Once every line in the data below has been checked for "this", give the number of lines that hold it, and only that.

[RECORDS PROVIDED]

▼▼▼

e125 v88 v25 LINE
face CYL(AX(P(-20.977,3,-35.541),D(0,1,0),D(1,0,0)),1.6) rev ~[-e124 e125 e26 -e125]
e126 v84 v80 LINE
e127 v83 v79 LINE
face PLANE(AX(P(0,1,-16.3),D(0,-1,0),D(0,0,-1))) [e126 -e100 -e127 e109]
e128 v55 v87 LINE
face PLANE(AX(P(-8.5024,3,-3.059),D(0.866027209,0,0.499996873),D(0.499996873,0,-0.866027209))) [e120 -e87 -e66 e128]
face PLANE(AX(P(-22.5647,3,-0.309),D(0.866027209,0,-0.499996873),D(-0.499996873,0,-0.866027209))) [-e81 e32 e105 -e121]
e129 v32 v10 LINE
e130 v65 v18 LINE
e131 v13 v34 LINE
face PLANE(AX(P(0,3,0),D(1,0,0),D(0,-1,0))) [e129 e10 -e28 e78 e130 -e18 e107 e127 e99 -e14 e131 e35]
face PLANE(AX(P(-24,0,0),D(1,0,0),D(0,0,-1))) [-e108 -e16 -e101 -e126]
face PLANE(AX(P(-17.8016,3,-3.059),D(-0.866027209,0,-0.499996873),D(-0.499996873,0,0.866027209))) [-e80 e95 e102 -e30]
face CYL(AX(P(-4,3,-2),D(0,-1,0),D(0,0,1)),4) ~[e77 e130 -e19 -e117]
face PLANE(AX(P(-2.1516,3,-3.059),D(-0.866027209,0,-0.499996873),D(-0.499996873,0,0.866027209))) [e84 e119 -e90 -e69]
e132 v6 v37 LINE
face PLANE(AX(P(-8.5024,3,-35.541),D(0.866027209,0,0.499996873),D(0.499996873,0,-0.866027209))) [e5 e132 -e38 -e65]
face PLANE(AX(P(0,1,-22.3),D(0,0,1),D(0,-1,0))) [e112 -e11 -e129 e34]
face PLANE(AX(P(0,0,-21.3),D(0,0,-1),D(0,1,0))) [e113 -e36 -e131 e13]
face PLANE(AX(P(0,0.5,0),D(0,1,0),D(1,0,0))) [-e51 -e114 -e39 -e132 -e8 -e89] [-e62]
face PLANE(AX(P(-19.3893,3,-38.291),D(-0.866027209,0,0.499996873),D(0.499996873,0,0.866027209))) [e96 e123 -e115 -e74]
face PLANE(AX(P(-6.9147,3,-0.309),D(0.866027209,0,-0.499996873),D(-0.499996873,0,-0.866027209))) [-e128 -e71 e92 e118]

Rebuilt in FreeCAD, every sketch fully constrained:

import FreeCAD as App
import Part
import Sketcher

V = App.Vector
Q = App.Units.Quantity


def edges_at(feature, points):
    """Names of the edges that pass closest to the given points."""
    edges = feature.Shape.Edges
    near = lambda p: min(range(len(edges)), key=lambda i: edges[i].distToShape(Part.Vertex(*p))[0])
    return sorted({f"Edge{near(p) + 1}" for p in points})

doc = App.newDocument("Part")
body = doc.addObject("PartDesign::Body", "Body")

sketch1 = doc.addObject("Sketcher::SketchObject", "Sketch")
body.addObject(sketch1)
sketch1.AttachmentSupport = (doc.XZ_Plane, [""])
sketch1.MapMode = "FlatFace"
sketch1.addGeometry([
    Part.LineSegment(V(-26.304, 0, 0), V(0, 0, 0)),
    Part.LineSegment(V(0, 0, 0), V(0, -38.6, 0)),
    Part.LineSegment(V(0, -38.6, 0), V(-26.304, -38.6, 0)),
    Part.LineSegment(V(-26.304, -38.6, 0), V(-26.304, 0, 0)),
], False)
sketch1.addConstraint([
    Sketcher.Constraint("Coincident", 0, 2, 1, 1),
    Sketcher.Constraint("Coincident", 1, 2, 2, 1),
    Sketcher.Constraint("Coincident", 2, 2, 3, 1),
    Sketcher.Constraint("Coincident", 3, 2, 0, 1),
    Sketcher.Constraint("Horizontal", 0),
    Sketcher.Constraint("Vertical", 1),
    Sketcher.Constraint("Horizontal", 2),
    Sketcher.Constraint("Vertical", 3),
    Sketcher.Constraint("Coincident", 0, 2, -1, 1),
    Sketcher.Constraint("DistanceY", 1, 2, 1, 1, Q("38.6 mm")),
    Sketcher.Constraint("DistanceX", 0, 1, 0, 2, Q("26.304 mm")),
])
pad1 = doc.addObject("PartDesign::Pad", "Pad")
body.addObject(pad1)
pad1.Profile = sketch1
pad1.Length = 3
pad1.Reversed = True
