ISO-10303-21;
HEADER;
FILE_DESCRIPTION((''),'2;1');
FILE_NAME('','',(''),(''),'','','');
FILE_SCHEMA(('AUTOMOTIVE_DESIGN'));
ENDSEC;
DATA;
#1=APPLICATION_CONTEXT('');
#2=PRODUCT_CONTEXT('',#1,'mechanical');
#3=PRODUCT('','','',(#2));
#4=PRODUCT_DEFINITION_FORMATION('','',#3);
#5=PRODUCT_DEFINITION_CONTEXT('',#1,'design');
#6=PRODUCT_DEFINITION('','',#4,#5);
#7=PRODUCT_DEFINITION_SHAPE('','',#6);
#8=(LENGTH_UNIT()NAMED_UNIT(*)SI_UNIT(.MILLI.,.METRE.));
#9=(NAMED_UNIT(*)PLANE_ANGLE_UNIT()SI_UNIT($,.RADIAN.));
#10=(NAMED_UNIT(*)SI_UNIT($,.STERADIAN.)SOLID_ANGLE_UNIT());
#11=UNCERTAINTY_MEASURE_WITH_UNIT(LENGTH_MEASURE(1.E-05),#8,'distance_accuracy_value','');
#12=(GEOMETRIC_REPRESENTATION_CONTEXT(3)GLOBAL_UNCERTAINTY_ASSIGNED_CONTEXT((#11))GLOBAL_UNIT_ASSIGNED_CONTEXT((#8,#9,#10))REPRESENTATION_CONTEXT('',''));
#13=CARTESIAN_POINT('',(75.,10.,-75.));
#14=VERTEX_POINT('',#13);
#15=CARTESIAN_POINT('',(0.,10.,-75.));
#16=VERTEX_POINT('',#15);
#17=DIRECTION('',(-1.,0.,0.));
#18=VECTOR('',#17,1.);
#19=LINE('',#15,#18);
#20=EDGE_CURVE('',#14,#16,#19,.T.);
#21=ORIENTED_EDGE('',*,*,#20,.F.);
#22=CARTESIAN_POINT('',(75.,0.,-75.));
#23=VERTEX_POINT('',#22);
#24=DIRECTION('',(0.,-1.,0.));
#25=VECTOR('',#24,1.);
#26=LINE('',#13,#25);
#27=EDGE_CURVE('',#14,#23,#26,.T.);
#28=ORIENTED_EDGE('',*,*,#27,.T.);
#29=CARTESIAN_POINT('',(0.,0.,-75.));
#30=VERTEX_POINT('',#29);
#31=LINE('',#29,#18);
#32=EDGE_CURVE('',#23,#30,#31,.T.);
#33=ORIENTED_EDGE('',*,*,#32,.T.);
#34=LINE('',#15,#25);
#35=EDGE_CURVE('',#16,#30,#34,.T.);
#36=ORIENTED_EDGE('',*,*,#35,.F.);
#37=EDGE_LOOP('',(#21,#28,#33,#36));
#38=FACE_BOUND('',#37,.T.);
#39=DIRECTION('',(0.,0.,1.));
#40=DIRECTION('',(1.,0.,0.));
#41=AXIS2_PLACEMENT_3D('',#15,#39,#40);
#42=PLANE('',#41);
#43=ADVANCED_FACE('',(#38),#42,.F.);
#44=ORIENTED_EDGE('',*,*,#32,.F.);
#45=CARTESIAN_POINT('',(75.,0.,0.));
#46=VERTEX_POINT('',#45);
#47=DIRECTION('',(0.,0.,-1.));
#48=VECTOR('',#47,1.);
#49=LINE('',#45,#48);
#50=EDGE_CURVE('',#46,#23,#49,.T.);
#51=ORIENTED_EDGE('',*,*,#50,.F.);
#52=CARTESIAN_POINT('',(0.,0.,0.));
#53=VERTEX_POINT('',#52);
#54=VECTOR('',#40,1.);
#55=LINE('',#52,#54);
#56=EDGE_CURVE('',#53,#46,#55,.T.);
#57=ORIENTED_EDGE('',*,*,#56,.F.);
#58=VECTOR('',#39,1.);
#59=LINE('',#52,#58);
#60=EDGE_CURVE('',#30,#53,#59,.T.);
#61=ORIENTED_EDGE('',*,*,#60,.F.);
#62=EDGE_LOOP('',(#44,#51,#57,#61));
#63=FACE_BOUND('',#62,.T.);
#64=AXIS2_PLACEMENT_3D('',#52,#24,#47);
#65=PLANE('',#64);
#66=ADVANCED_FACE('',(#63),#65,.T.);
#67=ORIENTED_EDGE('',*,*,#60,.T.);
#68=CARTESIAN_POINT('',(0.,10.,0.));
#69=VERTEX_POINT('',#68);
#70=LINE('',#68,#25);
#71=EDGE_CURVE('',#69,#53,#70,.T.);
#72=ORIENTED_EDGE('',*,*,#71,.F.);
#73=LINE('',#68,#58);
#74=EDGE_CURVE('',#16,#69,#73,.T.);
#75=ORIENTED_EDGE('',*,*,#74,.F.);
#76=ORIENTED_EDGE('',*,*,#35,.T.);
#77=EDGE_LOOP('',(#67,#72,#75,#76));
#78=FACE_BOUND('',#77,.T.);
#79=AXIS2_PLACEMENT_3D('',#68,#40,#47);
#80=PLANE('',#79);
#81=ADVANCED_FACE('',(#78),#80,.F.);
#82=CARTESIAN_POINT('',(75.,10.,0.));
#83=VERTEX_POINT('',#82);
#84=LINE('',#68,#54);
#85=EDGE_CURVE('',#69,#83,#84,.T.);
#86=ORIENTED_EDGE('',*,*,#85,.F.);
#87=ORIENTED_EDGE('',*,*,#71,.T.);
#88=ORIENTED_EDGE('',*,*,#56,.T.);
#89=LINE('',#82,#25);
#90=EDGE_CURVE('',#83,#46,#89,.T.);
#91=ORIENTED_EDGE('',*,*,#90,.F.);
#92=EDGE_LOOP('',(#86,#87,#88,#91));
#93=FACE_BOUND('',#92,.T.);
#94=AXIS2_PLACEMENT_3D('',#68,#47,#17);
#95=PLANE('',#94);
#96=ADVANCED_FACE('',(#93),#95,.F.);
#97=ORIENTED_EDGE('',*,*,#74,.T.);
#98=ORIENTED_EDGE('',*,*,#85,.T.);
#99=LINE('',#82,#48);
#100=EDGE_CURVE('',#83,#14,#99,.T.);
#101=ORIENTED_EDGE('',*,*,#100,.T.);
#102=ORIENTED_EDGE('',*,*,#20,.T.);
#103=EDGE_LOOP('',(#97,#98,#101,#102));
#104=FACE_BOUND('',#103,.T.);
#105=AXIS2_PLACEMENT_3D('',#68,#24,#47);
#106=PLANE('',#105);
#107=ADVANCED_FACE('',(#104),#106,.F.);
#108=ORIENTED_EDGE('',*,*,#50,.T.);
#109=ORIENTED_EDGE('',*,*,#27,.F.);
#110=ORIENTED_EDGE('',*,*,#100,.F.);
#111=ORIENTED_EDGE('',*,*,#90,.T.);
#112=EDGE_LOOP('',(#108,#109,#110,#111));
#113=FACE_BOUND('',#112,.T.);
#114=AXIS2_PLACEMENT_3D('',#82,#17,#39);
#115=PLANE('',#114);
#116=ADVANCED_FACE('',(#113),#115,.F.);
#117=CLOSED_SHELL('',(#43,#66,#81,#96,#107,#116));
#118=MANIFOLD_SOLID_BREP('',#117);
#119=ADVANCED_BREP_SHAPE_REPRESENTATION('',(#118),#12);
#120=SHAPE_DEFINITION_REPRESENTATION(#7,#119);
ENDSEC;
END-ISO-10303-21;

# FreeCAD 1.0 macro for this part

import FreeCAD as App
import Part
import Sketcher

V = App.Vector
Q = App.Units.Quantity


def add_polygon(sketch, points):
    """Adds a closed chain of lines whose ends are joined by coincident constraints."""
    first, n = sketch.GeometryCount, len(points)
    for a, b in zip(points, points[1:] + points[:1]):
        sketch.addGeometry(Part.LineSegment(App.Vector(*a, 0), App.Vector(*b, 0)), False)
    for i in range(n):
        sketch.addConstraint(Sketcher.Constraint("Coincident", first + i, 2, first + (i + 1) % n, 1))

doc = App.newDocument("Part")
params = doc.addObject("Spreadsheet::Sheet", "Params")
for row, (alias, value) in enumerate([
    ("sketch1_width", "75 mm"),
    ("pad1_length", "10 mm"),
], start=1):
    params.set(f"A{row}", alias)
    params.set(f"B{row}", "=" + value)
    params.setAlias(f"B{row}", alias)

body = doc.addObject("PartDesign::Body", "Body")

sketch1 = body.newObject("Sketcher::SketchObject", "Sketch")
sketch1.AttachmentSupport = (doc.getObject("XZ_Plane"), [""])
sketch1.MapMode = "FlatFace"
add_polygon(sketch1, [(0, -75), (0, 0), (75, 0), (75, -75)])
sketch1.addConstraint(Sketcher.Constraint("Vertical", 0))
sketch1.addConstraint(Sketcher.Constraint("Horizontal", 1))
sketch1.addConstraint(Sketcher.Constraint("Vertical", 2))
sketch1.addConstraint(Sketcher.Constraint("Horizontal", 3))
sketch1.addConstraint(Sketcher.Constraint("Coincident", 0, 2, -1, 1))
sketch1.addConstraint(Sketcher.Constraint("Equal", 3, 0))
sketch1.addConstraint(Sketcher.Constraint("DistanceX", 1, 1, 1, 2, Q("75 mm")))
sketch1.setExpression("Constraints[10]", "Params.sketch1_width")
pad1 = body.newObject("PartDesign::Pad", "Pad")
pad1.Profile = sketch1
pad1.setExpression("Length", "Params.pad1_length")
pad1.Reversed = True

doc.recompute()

▲▲▲
▼▼▼

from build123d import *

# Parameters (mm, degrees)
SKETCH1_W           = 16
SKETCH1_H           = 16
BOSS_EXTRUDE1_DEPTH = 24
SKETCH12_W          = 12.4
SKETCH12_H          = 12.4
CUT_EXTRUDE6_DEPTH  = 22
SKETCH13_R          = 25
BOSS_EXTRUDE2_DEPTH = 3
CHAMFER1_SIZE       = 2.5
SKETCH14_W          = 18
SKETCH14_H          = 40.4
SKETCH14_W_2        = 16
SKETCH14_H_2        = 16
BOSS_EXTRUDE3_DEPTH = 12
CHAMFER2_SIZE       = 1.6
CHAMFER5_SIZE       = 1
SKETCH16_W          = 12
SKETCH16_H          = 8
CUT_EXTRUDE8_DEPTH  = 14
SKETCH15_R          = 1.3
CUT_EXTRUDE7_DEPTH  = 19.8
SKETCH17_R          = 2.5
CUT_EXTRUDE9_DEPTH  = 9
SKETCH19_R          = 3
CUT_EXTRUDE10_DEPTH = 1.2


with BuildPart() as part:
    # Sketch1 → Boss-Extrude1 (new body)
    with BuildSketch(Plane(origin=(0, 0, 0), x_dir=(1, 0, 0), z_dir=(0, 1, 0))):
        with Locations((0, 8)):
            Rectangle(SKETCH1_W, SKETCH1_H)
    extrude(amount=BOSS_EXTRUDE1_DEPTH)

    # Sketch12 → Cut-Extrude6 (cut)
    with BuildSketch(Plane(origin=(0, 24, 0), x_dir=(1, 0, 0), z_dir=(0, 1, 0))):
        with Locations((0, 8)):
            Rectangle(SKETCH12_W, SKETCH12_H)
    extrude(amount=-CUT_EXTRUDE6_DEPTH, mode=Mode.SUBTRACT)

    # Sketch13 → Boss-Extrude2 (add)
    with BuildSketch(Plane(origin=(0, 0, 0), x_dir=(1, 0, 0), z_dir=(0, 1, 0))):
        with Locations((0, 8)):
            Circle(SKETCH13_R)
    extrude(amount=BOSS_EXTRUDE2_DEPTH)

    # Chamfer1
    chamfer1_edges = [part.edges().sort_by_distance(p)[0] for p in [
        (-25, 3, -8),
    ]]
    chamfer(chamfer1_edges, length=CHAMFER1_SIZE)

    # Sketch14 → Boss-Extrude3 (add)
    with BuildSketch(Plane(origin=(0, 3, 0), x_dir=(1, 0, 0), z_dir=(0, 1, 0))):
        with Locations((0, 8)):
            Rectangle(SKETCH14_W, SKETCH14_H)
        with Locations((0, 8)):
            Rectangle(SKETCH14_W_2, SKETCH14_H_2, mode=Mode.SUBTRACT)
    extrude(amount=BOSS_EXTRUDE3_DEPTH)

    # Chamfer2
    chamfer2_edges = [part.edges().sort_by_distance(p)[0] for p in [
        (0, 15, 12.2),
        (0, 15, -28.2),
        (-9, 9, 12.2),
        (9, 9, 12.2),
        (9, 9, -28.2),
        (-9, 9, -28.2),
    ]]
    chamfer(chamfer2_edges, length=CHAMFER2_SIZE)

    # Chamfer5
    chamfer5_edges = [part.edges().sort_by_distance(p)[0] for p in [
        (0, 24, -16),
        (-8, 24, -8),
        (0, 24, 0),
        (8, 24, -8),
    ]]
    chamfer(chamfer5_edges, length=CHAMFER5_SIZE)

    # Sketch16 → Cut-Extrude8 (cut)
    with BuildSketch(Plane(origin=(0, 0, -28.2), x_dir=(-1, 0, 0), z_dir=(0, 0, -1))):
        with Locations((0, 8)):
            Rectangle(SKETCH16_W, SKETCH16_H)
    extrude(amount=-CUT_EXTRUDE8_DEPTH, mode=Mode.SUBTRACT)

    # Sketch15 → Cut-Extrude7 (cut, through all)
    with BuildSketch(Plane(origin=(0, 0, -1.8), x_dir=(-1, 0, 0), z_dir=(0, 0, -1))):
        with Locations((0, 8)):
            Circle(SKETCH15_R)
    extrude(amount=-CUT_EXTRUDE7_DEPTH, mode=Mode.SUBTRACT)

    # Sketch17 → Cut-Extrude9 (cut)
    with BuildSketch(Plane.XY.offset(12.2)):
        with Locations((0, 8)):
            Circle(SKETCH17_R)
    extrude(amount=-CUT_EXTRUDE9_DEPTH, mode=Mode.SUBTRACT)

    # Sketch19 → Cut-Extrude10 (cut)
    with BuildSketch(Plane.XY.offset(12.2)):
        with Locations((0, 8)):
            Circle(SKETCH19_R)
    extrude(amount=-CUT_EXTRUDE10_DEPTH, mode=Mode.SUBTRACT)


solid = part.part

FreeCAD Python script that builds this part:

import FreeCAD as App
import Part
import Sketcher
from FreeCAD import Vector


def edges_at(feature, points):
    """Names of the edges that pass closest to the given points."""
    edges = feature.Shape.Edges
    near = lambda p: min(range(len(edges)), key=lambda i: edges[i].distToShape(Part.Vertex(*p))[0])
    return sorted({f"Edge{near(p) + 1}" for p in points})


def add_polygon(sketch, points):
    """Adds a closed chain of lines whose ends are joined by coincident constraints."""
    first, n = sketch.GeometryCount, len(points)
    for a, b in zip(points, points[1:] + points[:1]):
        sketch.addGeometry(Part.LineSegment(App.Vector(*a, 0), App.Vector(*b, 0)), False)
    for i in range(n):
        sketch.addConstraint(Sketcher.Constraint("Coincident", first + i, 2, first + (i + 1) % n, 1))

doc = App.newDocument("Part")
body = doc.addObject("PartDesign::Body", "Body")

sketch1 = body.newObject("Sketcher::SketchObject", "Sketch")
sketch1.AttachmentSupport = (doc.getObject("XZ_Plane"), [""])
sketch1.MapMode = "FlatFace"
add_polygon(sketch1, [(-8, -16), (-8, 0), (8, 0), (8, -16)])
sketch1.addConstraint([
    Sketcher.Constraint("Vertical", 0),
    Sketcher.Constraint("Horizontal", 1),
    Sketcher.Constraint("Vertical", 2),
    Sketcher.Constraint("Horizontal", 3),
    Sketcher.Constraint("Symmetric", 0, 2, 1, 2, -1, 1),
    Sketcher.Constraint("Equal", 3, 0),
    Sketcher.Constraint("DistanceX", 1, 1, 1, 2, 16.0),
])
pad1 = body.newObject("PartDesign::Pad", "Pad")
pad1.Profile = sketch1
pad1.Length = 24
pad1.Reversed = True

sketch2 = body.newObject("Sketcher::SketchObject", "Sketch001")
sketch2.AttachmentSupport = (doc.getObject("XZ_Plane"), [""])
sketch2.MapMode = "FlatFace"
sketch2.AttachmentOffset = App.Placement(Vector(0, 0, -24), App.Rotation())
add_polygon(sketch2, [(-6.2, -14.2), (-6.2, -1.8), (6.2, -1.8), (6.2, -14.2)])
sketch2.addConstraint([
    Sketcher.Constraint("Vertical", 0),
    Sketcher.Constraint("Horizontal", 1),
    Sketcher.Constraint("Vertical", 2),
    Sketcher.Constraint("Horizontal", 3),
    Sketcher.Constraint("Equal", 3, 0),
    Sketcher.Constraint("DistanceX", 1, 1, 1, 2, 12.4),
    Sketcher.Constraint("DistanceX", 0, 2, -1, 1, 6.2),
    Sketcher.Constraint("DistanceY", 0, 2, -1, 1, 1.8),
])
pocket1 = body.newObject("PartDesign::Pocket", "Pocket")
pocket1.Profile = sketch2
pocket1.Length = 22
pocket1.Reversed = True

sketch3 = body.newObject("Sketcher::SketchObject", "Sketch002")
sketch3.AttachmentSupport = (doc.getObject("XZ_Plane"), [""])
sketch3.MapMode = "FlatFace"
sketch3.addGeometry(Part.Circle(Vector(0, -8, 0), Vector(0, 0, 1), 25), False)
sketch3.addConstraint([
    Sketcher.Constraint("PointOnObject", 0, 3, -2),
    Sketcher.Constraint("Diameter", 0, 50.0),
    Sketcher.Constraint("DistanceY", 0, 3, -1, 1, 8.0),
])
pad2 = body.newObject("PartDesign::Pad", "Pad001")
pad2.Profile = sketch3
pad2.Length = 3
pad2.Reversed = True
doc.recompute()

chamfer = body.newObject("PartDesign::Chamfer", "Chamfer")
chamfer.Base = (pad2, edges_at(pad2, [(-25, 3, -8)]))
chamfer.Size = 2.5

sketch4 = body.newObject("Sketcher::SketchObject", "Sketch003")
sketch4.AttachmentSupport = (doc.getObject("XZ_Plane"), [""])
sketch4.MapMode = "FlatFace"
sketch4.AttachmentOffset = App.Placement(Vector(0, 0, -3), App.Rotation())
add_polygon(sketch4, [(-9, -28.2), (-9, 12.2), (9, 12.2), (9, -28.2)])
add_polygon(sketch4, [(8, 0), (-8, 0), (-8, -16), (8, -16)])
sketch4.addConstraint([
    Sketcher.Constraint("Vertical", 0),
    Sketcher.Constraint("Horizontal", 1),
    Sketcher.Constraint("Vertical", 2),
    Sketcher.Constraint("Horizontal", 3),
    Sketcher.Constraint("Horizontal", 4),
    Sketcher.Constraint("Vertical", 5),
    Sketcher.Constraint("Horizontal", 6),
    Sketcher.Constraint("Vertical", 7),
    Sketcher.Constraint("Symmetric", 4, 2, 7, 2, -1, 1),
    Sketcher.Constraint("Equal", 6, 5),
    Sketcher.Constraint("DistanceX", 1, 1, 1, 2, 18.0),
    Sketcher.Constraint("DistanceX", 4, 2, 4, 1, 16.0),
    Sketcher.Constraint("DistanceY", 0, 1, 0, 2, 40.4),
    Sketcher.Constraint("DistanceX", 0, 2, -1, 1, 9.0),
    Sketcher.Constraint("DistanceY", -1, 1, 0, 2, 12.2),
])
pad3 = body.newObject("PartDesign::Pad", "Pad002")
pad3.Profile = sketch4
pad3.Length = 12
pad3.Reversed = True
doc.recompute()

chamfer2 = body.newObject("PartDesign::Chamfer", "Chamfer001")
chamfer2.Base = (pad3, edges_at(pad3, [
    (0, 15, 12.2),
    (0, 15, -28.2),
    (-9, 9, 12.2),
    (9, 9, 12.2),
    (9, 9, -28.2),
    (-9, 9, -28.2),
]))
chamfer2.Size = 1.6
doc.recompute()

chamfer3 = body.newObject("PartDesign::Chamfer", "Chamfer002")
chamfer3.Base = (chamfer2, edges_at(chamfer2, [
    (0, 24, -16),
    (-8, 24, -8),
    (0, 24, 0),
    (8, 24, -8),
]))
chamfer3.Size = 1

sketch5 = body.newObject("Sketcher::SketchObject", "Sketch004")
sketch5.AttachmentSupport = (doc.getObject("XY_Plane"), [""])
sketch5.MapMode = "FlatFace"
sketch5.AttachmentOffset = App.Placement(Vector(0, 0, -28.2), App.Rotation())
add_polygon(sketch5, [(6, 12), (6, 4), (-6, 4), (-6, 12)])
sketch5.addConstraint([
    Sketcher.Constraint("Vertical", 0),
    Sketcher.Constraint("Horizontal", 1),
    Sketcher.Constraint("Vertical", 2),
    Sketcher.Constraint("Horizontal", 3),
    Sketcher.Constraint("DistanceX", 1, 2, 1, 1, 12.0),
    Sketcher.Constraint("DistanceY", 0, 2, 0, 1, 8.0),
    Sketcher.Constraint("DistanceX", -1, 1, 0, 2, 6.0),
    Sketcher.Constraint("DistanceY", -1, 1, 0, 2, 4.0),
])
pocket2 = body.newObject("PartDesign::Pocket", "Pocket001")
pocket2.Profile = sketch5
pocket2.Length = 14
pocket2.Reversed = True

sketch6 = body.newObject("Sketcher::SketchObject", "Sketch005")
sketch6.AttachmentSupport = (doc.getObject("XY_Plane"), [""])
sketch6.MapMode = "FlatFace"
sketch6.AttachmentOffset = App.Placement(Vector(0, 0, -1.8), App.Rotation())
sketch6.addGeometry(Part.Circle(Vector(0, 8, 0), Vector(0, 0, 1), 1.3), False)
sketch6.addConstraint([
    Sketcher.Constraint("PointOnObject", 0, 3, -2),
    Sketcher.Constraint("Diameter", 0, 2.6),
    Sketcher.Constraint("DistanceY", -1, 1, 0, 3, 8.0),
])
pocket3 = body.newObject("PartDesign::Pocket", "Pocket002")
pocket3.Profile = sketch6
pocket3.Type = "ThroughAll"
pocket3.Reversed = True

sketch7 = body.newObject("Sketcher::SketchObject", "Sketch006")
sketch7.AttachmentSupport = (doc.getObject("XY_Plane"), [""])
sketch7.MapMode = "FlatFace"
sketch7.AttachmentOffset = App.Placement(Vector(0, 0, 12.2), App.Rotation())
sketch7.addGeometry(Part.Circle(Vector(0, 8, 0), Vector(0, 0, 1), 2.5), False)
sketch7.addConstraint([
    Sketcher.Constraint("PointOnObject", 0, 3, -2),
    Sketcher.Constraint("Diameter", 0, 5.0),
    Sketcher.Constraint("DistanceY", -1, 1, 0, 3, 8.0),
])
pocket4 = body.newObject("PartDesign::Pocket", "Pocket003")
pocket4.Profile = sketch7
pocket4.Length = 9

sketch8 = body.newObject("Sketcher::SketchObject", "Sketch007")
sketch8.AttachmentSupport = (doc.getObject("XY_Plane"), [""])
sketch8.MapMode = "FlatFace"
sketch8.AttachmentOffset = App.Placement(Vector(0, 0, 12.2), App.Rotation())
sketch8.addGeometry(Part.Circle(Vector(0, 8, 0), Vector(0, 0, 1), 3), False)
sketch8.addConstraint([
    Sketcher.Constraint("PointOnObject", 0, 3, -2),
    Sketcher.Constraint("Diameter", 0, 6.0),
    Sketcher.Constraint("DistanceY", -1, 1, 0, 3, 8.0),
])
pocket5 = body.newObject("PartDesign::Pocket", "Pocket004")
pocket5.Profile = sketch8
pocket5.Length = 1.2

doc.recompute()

▲▲▲

[TASK RESPONSE] 2